— А ты плохо понимаешь, это хуже.
— Я не понимаю, я чувствую.
Геленка вдруг вся преобразилась. Ее жесткие черты смягчились, выражение лица стало совсем другим. Анджей с испугом смотрел на нее, он боялся, что Геленка расплачется. Но нет, лицо ее преобразилось, как весенний пейзаж, и Анджей вдруг увидел, как расцвела на этом строгом лице сестры добрая, робкая улыбка отца. Он стиснул зубы.
А Геленка близко-близко подошла к нему и, положив руку на его плечо, поцеловала в склоненную голову, быстро поцеловала его спутавшиеся волосы и сказала:
— Не надо ничего «чувствовать», Анджеек. Все за нас уже перечувствовано.
VI
Тем временем полуобнаженный Губерт разыскал Эльжбету. Она сидела в сумрачной столовой, бессмысленно уставившись в угол, нахохлившаяся, как воробей в ненастье. Он едва узнал ее.
— Что тебе, Юзек? — спросила она, когда он остановился в дверях.
Губерт улыбнулся.
— Почему вы называете меня Юзеком? — спросил он.
Эльжбета смешалась:
— Нет, нет, это я так, обмолвилась, — быстро проговорила она.
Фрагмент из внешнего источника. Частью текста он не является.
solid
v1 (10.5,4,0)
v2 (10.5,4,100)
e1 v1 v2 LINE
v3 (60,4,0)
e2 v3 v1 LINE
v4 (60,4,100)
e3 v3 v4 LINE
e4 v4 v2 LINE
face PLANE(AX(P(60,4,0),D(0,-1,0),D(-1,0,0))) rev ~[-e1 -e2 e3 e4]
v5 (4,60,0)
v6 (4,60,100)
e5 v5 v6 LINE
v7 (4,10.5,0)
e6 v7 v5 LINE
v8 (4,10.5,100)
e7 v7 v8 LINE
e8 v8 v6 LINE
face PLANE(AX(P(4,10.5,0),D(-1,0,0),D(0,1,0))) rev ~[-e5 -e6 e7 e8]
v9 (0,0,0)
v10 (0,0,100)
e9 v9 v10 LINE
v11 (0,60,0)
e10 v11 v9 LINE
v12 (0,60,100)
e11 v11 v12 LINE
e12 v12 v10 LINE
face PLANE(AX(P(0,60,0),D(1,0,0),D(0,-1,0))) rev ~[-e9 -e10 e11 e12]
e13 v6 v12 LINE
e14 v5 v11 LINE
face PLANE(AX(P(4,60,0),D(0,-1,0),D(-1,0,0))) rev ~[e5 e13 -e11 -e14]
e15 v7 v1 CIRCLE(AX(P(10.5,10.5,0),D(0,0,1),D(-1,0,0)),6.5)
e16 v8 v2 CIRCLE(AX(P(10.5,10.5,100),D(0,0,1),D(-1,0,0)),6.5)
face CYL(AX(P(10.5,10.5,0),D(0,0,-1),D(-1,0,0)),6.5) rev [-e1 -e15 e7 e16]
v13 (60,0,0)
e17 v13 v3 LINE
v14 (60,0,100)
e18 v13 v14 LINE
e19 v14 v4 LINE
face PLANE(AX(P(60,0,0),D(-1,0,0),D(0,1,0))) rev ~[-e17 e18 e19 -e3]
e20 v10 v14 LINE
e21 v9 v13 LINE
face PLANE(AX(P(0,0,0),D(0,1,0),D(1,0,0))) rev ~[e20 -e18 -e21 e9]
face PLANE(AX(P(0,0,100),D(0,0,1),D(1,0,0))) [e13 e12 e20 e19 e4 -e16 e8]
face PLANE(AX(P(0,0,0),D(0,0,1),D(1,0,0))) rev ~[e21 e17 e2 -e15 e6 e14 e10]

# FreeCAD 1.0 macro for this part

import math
import FreeCAD as App
import Part
import Sketcher
from FreeCAD import Vector
Q = App.Units.Quantity

doc = App.newDocument("Part")
body = doc.addObject("PartDesign::Body", "Body")

sketch1 = body.newObject("Sketcher::SketchObject", "Sketch")
sketch1.AttachmentSupport = (doc.getObject("XY_Plane"), [""])
sketch1.MapMode = "FlatFace"
sketch1.addGeometry([
    Part.LineSegment(Vector(4, 60, 0), Vector(0, 60, 0)),
    Part.LineSegment(Vector(0, 60, 0), Vector(0, 0, 0)),
    Part.LineSegment(Vector(0, 0, 0), Vector(60, 0, 0)),
    Part.LineSegment(Vector(60, 0, 0), Vector(60, 4, 0)),
    Part.LineSegment(Vector(60, 4, 0), Vector(10.5, 4, 0)),
    Part.ArcOfCircle(Part.Circle(Vector(10.5, 10.5, 0), Vector(0, 0, 1), 6.5), math.radians(180), math.radians(270)),
    Part.LineSegment(Vector(4, 10.5, 0), Vector(4, 60, 0)),
], False)
sketch1.addConstraint([
    Sketcher.Constraint("Coincident", 0, 2, 1, 1),
    Sketcher.Constraint("Coincident", 1, 2, 2, 1),
    Sketcher.Constraint("Coincident", 2, 2, 3, 1),
    Sketcher.Constraint("Coincident", 3, 2, 4, 1),
    Sketcher.Constraint("Tangent", 4, 2, 5, 2),
    Sketcher.Constraint("Tangent", 5, 1, 6, 1),
    Sketcher.Constraint("Coincident", 6, 2, 0, 1),
    Sketcher.Constraint("Horizontal", 0),
    Sketcher.Constraint("Vertical", 1),
    Sketcher.Constraint("Horizontal", 2),
    Sketcher.Constraint("Vertical", 3),
    Sketcher.Constraint("Horizontal", 4),
    Sketcher.Constraint("Vertical", 6),
    Sketcher.Constraint("Coincident", 1, 2, -1, 1),
    Sketcher.Constraint("Equal", 2, 1),
    Sketcher.Constraint("Equal", 0, 3),
    Sketcher.Constraint("Radius", 5, Q("6.5 mm")),
    Sketcher.Constraint("DistanceX", 0, 2, 0, 1, Q("4 mm")),
    Sketcher.Constraint("DistanceX", 2, 1, 2, 2, Q("60 mm")),
])
pad1 = body.newObject("PartDesign::Pad", "Pad")
pad1.Profile = sketch1
pad1.Length = 100

doc.recompute()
В комнате было темно и как-то уныло. Свеча горела неровно, и неуютные тени ползали по стенам. Губерт внимательно разглядывал Эльжбету. Она не знала, что у него жар и что он уже выпил несколько рюмок, и была неприятно удивлена этим взглядом Губерта. Она поднялась и зачем-то переставила свечи со столика на столик. Отражение ее промелькнуло в трех стеклах широкого зеркального трельяжа. Перед зеркалом стояли розовые флаконы с заграничной косметикой.
— Пани Роза дома? — помолчав немного, спросил Губерт.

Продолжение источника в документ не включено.